The creation of zonally patterned scaffolds, including the hierarchical microchannel structure, is also critical for the growth of new bone tissue in vivo. As described in the section ‘In vivo advances in the 3D bioprinting of bone’, this was done with a major focus on defining vascularized and avascularised regions. For example, Piard et al. [119] co-extruded a combination of HUVECs and human MSCs to reproduce the pattern found in native osteons, whereas Sun et al. [157] combined the osteogenic potential of BMP4 with ECs and BMSCs in a 3D printed biomimetic scaffold with hierarchical central medullary canals, peripheral Haversian canals and transverse Volkmann canals. Moreover, Shen et al. [120] developed a dual-bioprinting method to simultaneously print BMSCs to promote osteogenesis and ECs to promote angiogenesis. Finally, Kérourédan et al. [66] attempted to reproduce the bone structure by printing different patterns of ECs into mouse calvarial bone defects prefilled with HUVECs and VEGF.

Conclusions

Orthopaedic disorders are prevalent in modern societies, highlighting the need for improved surgical options to address AC and bone defects.
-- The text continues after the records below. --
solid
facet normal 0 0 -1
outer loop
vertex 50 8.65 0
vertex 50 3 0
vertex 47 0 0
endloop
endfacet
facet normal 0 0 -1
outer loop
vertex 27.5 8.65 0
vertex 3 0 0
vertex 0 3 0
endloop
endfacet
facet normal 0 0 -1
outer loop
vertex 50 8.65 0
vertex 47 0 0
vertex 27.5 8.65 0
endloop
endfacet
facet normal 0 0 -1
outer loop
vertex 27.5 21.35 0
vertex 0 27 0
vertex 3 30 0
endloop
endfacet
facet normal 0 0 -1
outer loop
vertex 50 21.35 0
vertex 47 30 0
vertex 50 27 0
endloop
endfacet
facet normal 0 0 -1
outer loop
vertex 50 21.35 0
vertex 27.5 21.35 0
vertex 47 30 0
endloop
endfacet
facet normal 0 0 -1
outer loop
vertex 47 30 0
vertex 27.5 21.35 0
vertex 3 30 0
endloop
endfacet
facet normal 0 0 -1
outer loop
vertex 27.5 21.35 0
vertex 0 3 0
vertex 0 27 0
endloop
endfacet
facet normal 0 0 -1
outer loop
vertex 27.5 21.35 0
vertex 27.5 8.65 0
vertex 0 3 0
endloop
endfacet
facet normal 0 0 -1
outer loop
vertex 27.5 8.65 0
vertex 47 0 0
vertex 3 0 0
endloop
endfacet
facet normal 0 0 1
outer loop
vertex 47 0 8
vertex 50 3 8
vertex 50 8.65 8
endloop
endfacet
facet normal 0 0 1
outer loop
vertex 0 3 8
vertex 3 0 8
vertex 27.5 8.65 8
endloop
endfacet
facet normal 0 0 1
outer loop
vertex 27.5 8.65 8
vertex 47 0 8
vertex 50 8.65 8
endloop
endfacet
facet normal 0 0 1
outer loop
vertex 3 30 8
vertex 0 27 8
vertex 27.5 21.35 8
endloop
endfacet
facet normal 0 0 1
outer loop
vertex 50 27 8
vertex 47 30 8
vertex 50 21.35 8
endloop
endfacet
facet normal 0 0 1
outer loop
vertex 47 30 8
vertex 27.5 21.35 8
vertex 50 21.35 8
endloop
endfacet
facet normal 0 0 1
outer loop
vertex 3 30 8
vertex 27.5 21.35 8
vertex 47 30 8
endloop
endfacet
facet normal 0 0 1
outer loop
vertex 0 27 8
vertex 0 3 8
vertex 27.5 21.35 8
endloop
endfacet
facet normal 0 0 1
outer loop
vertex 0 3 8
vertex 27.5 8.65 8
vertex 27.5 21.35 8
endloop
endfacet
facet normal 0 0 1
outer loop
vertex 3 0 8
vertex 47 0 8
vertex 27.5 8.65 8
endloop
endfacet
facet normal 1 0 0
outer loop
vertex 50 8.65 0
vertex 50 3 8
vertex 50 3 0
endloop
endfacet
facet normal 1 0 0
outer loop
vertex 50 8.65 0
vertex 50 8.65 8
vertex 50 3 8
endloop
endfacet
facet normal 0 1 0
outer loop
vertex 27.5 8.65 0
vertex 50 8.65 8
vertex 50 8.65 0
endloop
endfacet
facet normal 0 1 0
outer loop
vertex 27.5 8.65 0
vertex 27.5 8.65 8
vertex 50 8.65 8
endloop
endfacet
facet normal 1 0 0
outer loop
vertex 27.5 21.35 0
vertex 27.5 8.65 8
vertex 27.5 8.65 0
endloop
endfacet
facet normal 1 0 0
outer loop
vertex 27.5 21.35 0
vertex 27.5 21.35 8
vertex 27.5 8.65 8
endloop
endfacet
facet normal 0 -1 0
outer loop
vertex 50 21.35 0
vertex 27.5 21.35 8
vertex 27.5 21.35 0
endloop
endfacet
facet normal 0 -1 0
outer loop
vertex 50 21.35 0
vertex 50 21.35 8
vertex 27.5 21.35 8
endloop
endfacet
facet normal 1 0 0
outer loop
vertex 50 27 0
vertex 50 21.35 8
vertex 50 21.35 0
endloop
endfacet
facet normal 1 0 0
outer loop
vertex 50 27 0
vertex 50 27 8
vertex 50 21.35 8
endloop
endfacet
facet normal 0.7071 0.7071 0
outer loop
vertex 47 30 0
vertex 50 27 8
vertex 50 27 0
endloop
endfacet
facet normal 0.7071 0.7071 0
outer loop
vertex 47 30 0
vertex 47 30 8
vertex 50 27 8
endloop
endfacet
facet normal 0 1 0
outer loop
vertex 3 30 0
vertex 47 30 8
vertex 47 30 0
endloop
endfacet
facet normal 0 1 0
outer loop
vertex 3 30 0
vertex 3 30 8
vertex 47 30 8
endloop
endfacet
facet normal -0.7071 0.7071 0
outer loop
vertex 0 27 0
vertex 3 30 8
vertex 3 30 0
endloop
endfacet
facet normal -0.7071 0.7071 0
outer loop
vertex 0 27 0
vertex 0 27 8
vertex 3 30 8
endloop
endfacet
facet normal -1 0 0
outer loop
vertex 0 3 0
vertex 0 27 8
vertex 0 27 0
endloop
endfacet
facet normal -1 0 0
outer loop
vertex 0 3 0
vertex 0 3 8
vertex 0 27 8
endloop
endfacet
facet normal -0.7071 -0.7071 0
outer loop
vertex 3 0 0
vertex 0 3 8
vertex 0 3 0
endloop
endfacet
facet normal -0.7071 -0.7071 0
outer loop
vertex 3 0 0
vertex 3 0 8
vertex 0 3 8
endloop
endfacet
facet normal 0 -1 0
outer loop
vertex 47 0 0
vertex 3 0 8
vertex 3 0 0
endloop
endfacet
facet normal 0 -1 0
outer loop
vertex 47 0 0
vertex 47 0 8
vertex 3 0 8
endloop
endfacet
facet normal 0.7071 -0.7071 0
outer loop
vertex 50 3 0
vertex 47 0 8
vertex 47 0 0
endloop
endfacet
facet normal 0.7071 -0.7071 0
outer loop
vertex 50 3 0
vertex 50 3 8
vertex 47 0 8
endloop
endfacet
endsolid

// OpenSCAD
$fn = 32;

// ----------------------------------------------------------------------
// C washer: 50 x 30 mm plate with an open slot
// ----------------------------------------------------------------------

// --- parameters (mm) ---
profile_height = 8;       // extrusion height
profile_points = 12;      // points of the closed outline

profile = [[3, 0], [47, 0], [50, 3], [50, 8.65], [27.5, 8.65], [27.5, 21.35], [50, 21.35], [50, 27], [47, 30], [3, 30], [0, 27], [0, 3]];  // single closed polygon, 12 points, counter clockwise

// --- the one profile operation ---
linear_extrude(height = profile_height) polygon(points = profile);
One potential solution lies in the field of bioprinting, an additive manufacturing technique that offers the ability to fabricate 3D bioconstructs mimicking natural tissues. By carefully controlling the spatial arrangement of cells and bioactive cues, bioprinting holds promise for the in vivo regeneration of bone, cartilage and OC tissues. In this comprehensive review, we critically analysed the application of 3D bioprinting for in vivo tissue regeneration. Zonally arranged bioinks, which are functionalized with cells and/or bioactive factors, provide 3D microenvironments that closely resemble the zonality and bioactivity of native tissues. To achieve optimal outcomes, it is crucial to consider various factors related to cells (cell type, source and combination), as well as to biomaterials (e.g. hydrogels, thermoplastic reinforcement) and the spatio-temporal distribution of bioactive molecules. Additionally, specific drug delivery systems play a vital role in enhancing the therapeutic efficacy. While numerous promising options have been proposed, achieving a consensus on the ideal material combinations and procedures remains a challenge. Furthermore, several limitations, open research questions and unmet challenges persist. These include the limitations of animal models used for testing, refining pre- and post-implantation procedures, bridging the gap between in vitro and in vivo models, developing efficient non-invasive monitoring techniques, addressing graft-defect mismatches, and identifying the most suitable scaffold architecture and drug delivery systems. Addressing these issues will be crucial for advancing the field of 3D bioprinting in orthopaedic tissue regeneration.